- **INFORMATION GIVEN**
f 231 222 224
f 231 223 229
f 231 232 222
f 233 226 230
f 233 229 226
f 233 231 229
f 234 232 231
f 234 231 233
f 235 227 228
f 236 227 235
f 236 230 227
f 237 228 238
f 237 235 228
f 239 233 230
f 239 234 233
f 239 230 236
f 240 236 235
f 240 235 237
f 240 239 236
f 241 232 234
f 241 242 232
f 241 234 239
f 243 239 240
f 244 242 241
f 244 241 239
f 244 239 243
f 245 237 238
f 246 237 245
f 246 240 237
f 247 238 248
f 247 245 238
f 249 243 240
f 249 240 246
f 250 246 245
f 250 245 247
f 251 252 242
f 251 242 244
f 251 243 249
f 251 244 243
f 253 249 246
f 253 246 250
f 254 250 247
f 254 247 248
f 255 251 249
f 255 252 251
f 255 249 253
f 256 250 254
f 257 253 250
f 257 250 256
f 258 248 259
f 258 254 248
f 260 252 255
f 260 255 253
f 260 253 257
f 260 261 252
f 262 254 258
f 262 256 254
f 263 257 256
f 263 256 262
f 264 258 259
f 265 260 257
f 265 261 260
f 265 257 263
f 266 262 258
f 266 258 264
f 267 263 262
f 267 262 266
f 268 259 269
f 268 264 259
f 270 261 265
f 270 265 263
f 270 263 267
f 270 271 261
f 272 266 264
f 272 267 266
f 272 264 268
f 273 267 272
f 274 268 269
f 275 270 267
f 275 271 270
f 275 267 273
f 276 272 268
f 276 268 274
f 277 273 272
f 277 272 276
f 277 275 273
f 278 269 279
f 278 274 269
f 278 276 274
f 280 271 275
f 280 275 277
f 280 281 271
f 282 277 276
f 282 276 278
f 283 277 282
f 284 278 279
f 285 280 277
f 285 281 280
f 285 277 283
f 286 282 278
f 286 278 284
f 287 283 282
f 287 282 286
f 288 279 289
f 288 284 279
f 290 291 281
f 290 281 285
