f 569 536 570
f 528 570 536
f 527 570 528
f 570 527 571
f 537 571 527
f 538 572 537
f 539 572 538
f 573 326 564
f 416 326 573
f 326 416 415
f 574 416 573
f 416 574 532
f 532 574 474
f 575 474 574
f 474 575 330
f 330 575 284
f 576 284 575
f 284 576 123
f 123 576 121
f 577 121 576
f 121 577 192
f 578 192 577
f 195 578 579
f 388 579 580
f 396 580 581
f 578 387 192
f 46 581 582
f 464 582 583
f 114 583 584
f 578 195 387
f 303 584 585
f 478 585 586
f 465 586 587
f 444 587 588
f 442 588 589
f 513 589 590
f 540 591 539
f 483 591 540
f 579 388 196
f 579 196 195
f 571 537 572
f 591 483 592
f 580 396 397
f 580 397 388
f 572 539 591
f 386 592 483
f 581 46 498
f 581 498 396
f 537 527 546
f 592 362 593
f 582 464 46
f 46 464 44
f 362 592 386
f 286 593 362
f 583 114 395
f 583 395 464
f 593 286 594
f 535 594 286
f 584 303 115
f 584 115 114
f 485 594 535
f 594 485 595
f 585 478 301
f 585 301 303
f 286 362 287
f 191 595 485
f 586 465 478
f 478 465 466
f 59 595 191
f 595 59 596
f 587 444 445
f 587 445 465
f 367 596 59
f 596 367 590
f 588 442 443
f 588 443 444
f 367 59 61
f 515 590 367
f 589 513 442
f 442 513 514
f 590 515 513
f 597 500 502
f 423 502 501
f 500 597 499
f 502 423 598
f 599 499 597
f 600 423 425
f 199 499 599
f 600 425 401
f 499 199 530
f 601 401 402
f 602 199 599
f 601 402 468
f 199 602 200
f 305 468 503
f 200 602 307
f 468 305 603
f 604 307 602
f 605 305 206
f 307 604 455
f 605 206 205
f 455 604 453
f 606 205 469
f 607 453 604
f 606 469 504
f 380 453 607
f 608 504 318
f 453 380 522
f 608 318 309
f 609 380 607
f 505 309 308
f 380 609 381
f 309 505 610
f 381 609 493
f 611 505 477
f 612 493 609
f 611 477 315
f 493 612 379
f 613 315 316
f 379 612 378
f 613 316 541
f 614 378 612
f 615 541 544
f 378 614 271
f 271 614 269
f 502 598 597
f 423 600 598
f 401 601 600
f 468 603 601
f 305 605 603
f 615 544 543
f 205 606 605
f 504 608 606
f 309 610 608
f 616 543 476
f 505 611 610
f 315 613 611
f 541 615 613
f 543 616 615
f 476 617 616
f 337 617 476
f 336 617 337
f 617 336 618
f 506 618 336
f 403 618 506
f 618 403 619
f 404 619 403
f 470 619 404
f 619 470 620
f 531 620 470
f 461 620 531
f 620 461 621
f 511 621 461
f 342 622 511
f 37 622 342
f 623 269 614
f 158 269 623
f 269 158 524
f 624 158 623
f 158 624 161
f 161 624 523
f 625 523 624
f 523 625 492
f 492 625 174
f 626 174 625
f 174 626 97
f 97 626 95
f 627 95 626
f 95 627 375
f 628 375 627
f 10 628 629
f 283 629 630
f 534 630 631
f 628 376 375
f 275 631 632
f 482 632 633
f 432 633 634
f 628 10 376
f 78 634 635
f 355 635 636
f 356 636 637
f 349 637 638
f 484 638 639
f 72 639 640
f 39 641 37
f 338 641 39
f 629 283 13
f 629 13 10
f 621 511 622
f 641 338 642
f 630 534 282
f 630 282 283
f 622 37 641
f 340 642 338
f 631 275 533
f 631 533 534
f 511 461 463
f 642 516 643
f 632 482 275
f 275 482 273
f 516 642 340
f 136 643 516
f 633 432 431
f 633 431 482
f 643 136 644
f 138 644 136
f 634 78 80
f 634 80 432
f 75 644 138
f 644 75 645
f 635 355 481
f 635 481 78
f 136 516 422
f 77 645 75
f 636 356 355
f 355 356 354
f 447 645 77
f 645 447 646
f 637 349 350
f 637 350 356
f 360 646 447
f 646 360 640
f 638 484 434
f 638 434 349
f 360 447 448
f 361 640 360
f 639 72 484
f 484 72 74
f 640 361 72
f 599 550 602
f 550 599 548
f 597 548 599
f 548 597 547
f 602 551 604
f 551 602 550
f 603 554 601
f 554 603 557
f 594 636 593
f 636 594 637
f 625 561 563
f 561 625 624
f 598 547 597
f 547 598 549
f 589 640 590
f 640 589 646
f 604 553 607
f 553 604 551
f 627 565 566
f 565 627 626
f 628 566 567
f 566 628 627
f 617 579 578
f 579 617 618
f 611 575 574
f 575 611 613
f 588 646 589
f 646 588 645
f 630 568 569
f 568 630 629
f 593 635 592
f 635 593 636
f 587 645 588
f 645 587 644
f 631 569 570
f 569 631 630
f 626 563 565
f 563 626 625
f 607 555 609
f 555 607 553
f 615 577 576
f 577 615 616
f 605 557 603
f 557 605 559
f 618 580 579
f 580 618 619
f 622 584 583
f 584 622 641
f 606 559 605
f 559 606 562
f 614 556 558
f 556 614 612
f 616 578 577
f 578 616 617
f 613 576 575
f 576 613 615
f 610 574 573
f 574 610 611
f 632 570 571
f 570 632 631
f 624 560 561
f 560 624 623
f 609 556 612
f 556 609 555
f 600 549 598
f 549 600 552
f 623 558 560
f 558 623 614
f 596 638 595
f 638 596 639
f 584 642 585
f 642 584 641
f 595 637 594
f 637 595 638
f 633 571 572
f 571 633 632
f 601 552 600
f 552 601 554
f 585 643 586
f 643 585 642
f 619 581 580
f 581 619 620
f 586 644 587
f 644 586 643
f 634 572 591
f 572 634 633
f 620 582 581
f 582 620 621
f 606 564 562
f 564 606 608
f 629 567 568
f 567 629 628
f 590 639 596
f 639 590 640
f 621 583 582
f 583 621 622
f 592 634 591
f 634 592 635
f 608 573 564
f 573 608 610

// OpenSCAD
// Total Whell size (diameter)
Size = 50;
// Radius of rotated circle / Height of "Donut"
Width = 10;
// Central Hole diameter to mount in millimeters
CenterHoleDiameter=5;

- **PROBLEM TO SOLVE**
Go to the line in the material above that contains "f 444 587 588" and copy exactly from there through the line that contains "f 468 305 603", stopping after it.

- **REPLY**
f 444 587 588
f 442 588 589
f 513 589 590
f 540 591 539
f 483 591 540
f 579 388 196
f 579 196 195
f 571 537 572
f 591 483 592
f 580 396 397
f 580 397 388
f 572 539 591
f 386 592 483
f 581 46 498
f 581 498 396
f 537 527 546
f 592 362 593
f 582 464 46
f 46 464 44
f 362 592 386
f 286 593 362
f 583 114 395
f 583 395 464
f 593 286 594
f 535 594 286
f 584 303 115
f 584 115 114
f 485 594 535
f 594 485 595
f 585 478 301
f 585 301 303
f 286 362 287
f 191 595 485
f 586 465 478
f 478 465 466
f 59 595 191
f 595 59 596
f 587 444 445
f 587 445 465
f 367 596 59
f 596 367 590
f 588 442 443
f 588 443 444
f 367 59 61
f 515 590 367
f 589 513 442
f 442 513 514
f 590 515 513
f 597 500 502
f 423 502 501
f 500 597 499
f 502 423 598
f 599 499 597
f 600 423 425
f 199 499 599
f 600 425 401
f 499 199 530
f 601 401 402
f 602 199 599
f 601 402 468
f 199 602 200
f 305 468 503
f 200 602 307
f 468 305 603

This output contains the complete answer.